Un uomo a bordo di un Suv Hyundai quattro ruote motrici, ha percorso a folle velocità il Westminster Bridge che conduce verso il Parlamento di Londra e ha investito decine di persone. Il bilancio provvisorio è di almeno 3 morti e 20 feriti. L’attentatore è stato eliminato dagli agenti a protezione di Westminster Palace. “Si è trattato di un attacco terroristico”, hanno affermato le autorità inglesi.

Sky News ha pubblicato sul suo sito la prima foto dell’autore dell’attacco, che secondo la polizia britannica “ha agito da solo”. Si vede un uomo di corporatura robusta, dalla carnagione scura, con il capo rasato quasi a zero ed una barba, senza baffi, ma folta in particolare sul mento. Una prima testimonianza aveva riferito di un uomo con tratti asiatici di circa 40 anni. Nell’immagine l’uomo e’ riverso su una barella, intubato, con i paramedici che tentano di soccorrerlo. Vicino al corpo un lungo coltello da cucina con cui ha accoltellato l’agente che e’ poi deceduto per le ferite riportate.

La premier britannica Theresa May, che si trovava a Westminster al momento dell’attacco, sta seguendo gli sviluppi da Downing street e ha gia’ convocato in serata una riunione del comitato di emergenza per la sicurezza ‘Cobra’.

Paolo Gentiloni, ministro degli Esteri italiano, in una nota dichiara: “L’Italia e’ vicina al popolo e al governo britannico di fronte all’attacco che ha colpito il cuore di Londra e delle sue istituzioni democratiche”. “Esprimo le condoglianze del governo italiano e le mie personali ai familiari delle vittime, e la vicinanza ai feriti. Italia e Regno Unito sono fianco a fianco nella condanna e nella ferma risposta contro ogni forma di terrorismo”.
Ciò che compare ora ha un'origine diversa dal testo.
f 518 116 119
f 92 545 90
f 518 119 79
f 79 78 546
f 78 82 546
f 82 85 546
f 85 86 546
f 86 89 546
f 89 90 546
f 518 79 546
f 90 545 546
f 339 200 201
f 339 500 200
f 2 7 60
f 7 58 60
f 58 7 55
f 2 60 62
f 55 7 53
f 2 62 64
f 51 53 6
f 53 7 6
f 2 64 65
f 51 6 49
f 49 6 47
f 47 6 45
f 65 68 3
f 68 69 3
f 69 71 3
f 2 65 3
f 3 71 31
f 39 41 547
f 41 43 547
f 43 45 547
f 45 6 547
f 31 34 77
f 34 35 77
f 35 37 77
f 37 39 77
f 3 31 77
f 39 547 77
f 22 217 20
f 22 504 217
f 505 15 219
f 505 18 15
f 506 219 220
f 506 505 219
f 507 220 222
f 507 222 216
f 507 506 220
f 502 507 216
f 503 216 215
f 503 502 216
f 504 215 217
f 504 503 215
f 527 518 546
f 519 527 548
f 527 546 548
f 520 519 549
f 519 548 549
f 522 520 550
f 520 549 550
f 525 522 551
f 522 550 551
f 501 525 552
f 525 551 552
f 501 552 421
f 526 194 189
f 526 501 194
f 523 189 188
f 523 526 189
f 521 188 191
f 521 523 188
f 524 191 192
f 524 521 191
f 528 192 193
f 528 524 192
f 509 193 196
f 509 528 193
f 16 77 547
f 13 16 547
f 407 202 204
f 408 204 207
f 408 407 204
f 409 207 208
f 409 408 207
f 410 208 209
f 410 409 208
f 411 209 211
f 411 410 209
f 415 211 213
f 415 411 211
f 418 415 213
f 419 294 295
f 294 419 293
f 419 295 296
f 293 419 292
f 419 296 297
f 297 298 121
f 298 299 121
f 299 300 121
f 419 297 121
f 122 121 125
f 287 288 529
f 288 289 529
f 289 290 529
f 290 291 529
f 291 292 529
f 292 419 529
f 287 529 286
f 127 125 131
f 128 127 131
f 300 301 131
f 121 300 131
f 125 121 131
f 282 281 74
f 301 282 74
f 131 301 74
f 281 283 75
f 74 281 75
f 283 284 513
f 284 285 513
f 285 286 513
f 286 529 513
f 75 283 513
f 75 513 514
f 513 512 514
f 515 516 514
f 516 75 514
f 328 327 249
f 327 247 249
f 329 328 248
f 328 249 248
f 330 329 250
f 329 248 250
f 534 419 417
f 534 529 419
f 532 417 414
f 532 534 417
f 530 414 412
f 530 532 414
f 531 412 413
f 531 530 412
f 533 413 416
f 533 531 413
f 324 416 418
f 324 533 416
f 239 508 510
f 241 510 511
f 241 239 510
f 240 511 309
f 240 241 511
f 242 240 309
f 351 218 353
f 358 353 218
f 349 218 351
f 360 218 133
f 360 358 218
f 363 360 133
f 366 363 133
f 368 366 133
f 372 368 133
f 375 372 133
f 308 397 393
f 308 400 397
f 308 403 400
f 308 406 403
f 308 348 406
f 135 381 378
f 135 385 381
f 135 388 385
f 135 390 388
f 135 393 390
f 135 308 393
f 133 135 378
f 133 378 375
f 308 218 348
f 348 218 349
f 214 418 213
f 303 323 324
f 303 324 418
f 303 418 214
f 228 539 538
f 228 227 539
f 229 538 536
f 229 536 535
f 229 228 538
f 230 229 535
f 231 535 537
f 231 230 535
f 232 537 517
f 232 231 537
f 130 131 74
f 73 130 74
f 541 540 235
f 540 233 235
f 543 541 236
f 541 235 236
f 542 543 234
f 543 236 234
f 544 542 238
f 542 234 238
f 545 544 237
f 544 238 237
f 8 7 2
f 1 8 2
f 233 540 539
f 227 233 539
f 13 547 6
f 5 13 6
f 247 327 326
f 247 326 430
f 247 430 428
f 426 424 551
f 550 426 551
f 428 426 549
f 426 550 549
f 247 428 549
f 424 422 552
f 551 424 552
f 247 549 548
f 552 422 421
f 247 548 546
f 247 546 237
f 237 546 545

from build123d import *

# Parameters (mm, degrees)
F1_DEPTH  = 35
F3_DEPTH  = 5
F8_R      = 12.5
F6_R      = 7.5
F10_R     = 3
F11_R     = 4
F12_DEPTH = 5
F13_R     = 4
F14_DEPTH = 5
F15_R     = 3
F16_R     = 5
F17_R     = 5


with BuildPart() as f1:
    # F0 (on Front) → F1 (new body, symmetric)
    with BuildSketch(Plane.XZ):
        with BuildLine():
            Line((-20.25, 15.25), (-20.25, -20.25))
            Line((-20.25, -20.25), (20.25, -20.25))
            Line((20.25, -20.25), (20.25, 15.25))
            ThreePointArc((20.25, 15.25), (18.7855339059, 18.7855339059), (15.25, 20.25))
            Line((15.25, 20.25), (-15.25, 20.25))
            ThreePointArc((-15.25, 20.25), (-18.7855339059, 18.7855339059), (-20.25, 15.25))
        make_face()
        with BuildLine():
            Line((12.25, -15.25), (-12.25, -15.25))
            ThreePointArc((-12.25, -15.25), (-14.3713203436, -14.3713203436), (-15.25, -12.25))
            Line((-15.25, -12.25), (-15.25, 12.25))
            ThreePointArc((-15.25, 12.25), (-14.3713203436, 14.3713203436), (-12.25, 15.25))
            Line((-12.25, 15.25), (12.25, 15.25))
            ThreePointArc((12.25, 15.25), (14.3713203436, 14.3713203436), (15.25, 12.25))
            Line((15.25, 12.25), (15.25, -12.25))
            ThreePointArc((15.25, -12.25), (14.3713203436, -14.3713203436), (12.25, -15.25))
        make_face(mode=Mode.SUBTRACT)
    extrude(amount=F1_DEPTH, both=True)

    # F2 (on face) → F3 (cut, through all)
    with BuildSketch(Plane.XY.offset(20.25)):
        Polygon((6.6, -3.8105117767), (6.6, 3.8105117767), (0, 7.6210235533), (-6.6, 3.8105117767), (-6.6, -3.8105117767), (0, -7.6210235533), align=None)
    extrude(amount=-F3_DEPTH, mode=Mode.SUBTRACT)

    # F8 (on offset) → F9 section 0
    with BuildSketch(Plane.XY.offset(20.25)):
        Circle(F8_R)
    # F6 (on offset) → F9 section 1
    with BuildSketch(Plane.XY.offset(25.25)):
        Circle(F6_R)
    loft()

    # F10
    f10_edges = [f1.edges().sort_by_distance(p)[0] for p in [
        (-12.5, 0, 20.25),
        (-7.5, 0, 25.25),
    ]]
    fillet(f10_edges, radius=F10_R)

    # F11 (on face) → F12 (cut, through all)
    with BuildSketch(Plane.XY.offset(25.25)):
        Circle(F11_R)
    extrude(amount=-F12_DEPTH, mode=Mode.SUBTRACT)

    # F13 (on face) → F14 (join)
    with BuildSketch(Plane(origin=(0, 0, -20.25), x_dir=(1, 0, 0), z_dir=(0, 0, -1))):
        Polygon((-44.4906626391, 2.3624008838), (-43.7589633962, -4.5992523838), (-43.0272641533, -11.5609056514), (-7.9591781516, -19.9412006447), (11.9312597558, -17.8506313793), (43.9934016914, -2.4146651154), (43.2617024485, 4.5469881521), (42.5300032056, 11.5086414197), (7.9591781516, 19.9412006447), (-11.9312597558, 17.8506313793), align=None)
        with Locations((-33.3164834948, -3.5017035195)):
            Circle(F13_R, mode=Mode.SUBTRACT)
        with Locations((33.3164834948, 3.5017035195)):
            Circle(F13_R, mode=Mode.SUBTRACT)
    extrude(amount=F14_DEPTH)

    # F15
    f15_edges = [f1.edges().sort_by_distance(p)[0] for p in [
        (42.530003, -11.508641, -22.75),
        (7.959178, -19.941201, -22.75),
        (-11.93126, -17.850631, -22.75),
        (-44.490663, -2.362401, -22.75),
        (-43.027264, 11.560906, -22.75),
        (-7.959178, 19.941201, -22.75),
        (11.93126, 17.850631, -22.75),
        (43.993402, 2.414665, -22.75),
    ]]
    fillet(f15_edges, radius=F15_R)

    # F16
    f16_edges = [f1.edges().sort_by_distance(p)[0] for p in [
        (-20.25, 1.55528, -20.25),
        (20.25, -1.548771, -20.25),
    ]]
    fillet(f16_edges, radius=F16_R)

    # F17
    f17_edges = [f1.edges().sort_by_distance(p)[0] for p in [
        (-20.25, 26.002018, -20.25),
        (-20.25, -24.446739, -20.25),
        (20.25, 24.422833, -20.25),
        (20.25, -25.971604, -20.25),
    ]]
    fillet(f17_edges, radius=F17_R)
Mentre in Italia la Rai continua ad adeguare la propria programmazione per seguire i drammatici avvenimenti di Londra, arrivano le prime reazioni politiche. Giorgia Meloni, Fratelli d’Italia: “Un altro attentato a Londra, un altro attentato nel cuore dell’Europa. Il terrorismo ha dichiarato guerra all’Occidente: nascondere la testa sotto la sabbia e far finta di niente non ci salverà”.